Как в любом хорошем месте, нацеленном продавать услуги дорого, будь то ресторан, отель или спа салон с белоснежными шёлковыми простынями, затерянный в джунглях – персонализация гостя имеет решающее значение в сервисе. Любой человек становится больше, когда его имя звучит из уст персонала. Месье Монтаже знал, как правильно реагировать в этой игре. Он чуть повернул голову в сторону сомелье, сказав таким образом: «я оценил ваш сервис», не позволяя себе скатываться до улыбки или благодарности.
– Спасибо, извините, – теперь мистеру Конго стало стыдно за невежество в вопросе пробки.
Невероятный человек, этот мистер Конго. Кто-то скажет – глупый. Нет, он невероятный!
– Передайте официанту, мы будем два французских сета. Мне с кроликом, а месье с голубем.
– Нет! Я тоже… Я кролика.
Вино закончилось быстро. Его чуть хватило на основной курс.

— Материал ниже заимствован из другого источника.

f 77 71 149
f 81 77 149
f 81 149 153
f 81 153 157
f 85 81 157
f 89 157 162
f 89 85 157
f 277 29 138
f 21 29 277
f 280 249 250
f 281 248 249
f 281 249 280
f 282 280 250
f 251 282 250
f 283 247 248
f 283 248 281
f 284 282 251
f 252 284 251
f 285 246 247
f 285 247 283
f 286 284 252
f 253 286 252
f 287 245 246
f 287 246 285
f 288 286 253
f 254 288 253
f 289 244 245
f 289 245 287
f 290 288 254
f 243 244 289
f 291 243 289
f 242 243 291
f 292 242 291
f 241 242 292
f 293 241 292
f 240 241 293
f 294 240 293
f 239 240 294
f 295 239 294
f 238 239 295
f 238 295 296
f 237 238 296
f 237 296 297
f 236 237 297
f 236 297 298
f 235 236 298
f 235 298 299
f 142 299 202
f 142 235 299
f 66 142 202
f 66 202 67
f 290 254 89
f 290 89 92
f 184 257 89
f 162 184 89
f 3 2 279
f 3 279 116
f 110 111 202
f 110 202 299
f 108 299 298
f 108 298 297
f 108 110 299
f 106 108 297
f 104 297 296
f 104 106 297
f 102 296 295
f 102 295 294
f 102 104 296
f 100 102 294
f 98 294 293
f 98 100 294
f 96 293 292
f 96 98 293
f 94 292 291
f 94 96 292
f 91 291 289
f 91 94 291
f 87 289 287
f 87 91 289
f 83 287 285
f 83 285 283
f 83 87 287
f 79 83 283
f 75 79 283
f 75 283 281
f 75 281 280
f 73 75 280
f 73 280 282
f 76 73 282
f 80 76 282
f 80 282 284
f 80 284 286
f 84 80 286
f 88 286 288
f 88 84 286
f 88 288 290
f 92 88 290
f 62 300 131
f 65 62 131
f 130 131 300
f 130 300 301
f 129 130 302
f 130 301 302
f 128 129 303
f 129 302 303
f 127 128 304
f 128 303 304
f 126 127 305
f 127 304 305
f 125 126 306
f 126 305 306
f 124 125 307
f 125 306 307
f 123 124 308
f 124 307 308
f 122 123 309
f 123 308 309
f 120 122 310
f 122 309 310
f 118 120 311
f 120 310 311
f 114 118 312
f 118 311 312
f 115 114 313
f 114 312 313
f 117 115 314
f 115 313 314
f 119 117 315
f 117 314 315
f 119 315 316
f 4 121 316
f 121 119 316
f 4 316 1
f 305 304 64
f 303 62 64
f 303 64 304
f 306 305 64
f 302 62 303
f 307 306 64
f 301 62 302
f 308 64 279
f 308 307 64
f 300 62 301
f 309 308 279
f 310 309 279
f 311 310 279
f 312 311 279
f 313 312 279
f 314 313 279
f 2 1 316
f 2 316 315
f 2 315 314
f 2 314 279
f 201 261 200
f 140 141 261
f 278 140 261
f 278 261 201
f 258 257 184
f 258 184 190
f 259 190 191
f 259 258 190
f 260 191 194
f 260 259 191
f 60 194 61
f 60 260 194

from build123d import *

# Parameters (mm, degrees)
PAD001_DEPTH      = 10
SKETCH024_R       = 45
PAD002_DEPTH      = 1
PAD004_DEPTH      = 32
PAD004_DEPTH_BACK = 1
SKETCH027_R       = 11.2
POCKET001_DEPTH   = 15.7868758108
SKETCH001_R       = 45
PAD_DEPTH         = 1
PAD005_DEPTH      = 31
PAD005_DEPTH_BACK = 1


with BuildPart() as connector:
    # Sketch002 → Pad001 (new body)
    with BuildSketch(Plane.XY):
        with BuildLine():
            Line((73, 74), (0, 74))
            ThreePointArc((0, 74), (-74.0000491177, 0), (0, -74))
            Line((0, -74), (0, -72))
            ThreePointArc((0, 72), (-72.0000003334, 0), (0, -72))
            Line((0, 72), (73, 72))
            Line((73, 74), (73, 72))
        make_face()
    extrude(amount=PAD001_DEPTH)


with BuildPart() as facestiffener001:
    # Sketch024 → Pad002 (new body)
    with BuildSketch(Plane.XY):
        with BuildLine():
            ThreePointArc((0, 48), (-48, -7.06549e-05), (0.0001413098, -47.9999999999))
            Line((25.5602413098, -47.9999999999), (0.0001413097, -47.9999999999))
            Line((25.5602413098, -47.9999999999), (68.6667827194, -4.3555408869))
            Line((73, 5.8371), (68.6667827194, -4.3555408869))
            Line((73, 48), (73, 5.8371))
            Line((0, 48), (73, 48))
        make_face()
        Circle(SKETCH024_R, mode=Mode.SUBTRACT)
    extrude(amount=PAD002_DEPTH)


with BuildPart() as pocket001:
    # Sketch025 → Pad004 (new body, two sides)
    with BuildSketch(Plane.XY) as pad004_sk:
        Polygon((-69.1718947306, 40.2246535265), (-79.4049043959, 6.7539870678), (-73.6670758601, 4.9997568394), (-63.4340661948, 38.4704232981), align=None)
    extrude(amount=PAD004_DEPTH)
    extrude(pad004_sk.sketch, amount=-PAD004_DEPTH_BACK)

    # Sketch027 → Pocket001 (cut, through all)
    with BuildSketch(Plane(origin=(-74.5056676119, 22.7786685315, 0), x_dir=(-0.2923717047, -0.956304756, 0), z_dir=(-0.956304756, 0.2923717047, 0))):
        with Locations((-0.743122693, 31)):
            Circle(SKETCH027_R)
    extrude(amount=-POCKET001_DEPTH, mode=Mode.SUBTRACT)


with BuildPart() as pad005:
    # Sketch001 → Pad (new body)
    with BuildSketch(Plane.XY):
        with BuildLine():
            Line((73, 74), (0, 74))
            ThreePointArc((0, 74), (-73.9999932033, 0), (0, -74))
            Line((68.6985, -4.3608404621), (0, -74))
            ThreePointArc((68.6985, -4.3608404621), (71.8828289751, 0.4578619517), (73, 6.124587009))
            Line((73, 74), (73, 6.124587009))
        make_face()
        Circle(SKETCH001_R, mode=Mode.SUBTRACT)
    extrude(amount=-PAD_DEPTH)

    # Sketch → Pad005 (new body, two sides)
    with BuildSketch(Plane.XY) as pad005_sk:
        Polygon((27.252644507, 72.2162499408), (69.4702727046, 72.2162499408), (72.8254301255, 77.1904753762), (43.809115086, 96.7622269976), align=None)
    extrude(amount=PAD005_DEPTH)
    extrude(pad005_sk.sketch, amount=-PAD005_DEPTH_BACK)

На вторую бутылку гости не решились, и ограничились дижестивами. Кролик оказался неплох, но после встречи с Клодом Саджером для мистера Конго не будет существовать ресторана и шефа, который готовит его лучше. Его более опытный и хладнокровный подельник по ароматам, скатертям и тарелкам готов был поспорить с такой принципиальностью, но не стал этого делать. Он позволил доброму товарищу почувствовать свою значимость и быть ведущим в их старой слётанной паре. Если быть откровенным, а месье Монтаже мог себе это позволить, то, по сути, кедди опередил его в жизни. «От добра. В жизни хорошее от добра и бескорыстия. Вино на столе. Стал важнее меня. От рождения. Такое не воспитаешь и не выучишь. Даже если до этого… ты выучил китайский, и тебе нечем заняться. Господи, ты видишь! Я пью Понсо благодаря моей дружбе с кедди. Верно! Грустно», – такие неуютные мысли скакали в голове человека, на лице которого всё же еще можно было найти улыбку. Но, возможно, это старые морщины вокруг рта?
– Как тебе удалось? Мне отказали. Старые заслуги теперь не в счёт.
– Заказать стол? Месье Саджер. Его су-шеф. Мы вместе провожали шефа в аэропорт. Он финн. Меган. Как «Рено», — мистер Конго засмеялся. – На обратной дороге разговорились. Я позвонил Мегану. Он позвонил месье Труа. Вот и всё.
– Так просто.
– Да.
– У меня есть для тебя кое-что. Это… Ты оценишь. Ты точно! И… Сейчас.
Месье Монтаже встал из-за стола и взглянул на темнокожего мужчину. Он хотел еще сказать, что-то хорошее, но сдержал себя. Получилась неловкая пауза.
– Всё в порядке? – робко поинтересовался мистер Конго.
– Да. Сейчас.
Месье Монтаже исчез на несколько минут и вернулся с длинным тубусом, завёрнутым в подарочную бумагу. Похоже, он прятал его на входе.
– Подарок, – констатировал игрок в гольф. – Тебе!
– Спасибо. Клюшка…
– Не смотри так. Я знаю, что ты не способен попасть по мячу. Она не для игры. Открой.
Стараясь не повредить оберточную бумагу, мистер Конго долго подступался к крышке тубуса. Такое внимание старого товарища окончательно разрушило в нём координацию. Руки не слушались. Он и так-то был громоздким и неуклюжим в движениях, что всегда было предметом их совместных шуток.
Наконец клюшка была извлечена.
– Она твоя! Я не буду ничего слушать в ответ, – месье Монтаже пришлось применить строгий и повелительный тон. Он не хотел растягивать передачу этой реликвии на несколько неловких минут.
– Я помню её. Он проиграл и был зол. Но всё же вы поменялись клюшками, и он расписался. Первый и сотый.